Chasing a certain goal and ignoring
others got breeders into serious trouble in the 1940’s and 50’s
when small square cattle were in fashion and several breeds,
including Angus, ended up with genetic defects and dwarfism when
this selection was taken to extreme. The saving grace in that
“wreck” were the few stubborn breeders who chose not to go along
with fad and fashion; they were the ones the breed turned to for
untainted genetics and more balanced animals when people finally
realized they’d gone too far. The same thing happened in the
1980’s when many breeds were trying to compete with the
continental “exotics” and took the pendulum too far the other
direction, chasing larger frame and bigger animals. Several
breeds, including Angus, are still trying to recover from this
push. Now the current hype is marbling. Again, we may have
pushed the envelope too far and are producing cattle that fall
short in profitability for the commercial cattleman.
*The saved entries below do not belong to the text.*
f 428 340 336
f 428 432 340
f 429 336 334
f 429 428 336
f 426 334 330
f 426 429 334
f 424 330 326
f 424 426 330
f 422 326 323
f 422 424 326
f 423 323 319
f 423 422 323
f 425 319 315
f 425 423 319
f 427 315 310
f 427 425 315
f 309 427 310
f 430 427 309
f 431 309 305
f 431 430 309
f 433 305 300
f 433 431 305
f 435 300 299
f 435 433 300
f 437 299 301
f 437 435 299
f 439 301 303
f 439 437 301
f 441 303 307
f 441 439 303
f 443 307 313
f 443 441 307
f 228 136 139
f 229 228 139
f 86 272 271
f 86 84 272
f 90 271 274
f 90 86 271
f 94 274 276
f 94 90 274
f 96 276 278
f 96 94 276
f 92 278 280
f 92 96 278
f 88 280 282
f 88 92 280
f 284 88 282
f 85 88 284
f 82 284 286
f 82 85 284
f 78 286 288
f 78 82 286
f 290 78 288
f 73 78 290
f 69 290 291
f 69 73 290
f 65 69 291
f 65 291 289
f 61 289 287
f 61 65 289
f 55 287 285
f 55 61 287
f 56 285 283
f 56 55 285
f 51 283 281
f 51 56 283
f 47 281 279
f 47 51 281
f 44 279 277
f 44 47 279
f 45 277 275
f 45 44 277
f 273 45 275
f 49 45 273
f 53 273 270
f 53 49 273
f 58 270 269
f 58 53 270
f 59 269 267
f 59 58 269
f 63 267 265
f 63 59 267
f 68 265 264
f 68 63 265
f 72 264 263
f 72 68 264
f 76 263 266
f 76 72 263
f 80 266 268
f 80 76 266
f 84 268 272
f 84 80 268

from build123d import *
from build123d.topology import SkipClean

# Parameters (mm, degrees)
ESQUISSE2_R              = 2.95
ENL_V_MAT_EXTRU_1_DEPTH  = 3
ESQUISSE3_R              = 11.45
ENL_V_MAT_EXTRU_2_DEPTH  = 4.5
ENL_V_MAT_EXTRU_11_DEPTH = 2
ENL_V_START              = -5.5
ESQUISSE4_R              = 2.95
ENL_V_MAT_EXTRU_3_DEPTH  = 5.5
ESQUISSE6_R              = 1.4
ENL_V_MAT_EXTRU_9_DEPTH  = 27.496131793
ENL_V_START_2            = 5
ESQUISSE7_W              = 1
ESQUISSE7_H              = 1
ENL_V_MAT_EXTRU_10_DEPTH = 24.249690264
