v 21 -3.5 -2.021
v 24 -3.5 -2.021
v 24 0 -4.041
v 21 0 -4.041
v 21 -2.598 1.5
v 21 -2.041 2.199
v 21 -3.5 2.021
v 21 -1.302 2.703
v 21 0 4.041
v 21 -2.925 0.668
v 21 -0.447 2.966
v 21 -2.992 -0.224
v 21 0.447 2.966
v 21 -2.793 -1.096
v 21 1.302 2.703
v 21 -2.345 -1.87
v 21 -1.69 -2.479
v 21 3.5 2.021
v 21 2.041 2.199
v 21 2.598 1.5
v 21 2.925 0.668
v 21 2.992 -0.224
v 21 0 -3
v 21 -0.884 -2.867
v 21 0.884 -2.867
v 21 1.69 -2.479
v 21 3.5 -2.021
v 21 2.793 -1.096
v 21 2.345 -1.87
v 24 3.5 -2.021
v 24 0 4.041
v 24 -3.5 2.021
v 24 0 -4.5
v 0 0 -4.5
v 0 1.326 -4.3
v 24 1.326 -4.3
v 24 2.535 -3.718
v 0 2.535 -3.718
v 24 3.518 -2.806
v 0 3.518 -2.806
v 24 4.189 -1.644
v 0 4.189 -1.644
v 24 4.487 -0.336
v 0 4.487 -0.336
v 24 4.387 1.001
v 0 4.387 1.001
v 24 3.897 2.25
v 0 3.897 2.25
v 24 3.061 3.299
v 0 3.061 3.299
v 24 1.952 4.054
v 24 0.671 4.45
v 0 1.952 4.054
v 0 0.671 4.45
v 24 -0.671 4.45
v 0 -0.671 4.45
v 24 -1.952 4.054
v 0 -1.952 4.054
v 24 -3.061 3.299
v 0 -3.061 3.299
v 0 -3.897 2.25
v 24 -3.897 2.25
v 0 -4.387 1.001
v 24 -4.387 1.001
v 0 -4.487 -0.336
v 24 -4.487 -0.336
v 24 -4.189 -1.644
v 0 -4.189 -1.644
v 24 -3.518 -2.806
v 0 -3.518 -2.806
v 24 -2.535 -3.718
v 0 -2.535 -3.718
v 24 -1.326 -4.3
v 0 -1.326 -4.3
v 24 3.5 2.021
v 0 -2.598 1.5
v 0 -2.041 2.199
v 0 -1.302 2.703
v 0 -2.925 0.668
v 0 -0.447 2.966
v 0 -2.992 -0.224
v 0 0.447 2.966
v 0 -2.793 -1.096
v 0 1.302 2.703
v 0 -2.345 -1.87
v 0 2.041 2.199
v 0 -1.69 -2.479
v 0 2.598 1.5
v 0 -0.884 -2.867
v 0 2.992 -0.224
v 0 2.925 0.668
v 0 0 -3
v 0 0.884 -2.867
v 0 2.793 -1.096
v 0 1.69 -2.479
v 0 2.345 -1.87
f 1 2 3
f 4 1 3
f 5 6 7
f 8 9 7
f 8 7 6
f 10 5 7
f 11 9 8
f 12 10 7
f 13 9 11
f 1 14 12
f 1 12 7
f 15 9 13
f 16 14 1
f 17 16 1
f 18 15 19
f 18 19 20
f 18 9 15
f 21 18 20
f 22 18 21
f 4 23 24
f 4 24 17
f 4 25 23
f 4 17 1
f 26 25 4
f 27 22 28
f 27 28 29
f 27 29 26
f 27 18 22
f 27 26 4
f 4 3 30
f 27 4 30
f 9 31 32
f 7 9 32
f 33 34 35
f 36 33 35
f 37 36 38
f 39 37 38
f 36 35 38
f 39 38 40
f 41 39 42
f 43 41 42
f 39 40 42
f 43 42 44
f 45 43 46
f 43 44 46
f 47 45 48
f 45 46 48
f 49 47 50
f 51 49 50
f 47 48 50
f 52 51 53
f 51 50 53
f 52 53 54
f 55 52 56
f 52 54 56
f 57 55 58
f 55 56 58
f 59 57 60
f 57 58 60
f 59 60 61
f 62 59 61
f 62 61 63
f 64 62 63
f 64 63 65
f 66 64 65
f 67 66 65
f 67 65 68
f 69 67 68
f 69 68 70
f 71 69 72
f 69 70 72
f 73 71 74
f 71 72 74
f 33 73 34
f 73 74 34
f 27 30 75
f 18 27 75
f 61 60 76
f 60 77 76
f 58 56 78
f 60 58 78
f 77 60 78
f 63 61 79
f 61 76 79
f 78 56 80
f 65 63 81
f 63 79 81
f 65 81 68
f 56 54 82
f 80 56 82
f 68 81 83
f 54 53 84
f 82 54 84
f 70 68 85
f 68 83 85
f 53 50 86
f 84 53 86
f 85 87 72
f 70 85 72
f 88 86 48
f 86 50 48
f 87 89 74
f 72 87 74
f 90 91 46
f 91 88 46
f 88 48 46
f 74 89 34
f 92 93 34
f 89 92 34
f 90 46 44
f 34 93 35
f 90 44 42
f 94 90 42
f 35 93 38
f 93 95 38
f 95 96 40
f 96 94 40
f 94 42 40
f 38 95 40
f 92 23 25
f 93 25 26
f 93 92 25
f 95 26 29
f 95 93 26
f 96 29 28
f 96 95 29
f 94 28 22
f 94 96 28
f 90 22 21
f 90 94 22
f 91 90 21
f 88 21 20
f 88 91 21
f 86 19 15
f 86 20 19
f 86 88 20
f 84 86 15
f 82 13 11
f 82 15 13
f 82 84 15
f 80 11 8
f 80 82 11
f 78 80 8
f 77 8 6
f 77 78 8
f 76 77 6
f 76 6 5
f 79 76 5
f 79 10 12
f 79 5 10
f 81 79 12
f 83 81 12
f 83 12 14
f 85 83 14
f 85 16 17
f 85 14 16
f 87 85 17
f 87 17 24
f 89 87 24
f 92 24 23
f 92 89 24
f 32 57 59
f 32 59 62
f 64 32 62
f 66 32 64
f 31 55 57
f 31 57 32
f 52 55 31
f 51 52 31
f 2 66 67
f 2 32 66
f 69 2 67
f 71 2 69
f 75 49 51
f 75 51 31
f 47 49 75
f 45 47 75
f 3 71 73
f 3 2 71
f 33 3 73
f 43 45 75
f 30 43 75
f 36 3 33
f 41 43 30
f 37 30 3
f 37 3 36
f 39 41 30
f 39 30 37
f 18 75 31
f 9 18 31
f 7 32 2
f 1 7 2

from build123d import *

# Parameters (mm, degrees)
SZKIC1_R                    = 4.5
SZKIC1_R_2                  = 3
DODANIE_WYCI_GNI_CIE1_DEPTH = 24
WYTNIJ_WYCI_GNI_CIE1_DEPTH  = 3


with BuildPart() as part:
    # Szkic1 → Dodanie-wyciągnięcie1 (new body)
    with BuildSketch(Plane(origin=(0, 0, 0), x_dir=(0, 0, -1), z_dir=(1, 0, 0))):
        Circle(SZKIC1_R)
        Circle(SZKIC1_R_2, mode=Mode.SUBTRACT)
    extrude(amount=DODANIE_WYCI_GNI_CIE1_DEPTH)

    # Szkic2 → Wytnij-wyciągnięcie1 (cut)
    with BuildSketch(Plane(origin=(24, 0, 0), x_dir=(0, 0, -1), z_dir=(1, 0, 0))):
        Polygon((4.041451884, 0), (2.020725942, 3.5), (-2.020725942, 3.5), (-4.041451884, 0), (-2.020725942, -3.5), (2.020725942, -3.5), align=None)
    extrude(amount=-WYTNIJ_WYCI_GNI_CIE1_DEPTH, mode=Mode.SUBTRACT)


solid = part.part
Kelly Schaff (Schaff Angus
Valley, an operation near St. Anthony, North Dakota, that has
been producing registered Angus since the 1940’s) made this
statement in the July 2008 Angus Journal, generating
overwhelming response from his fellow Angus breeders:
“Much of the Angus industry is
caught up in chasing figures and number values and have
forgotten the relevant traits, physical conformation and
functionality that the breed was based on. This movement has
created a large population of Angus cattle that are no better
than the computers and academics used to create them. This has
many of the breed’s most loyal commercial cattlemen baffled and
even seeking the use of crossbred and exotic bulls. Fashionable
figures don’t pay the bills when cattle are marketed across the
scale, and grid premiums are not premiums when they are offset
by additional days on feed to finish while yielding
significantly less carcass weight. If the promotion of figures
is leading us to breed narrow, shallow, hard-doing Angus that
look and function like a Wagyu, it may be better to switch
breeds that to erode the elements of the Angus breed that have
made it the greatest beef breed in the world.”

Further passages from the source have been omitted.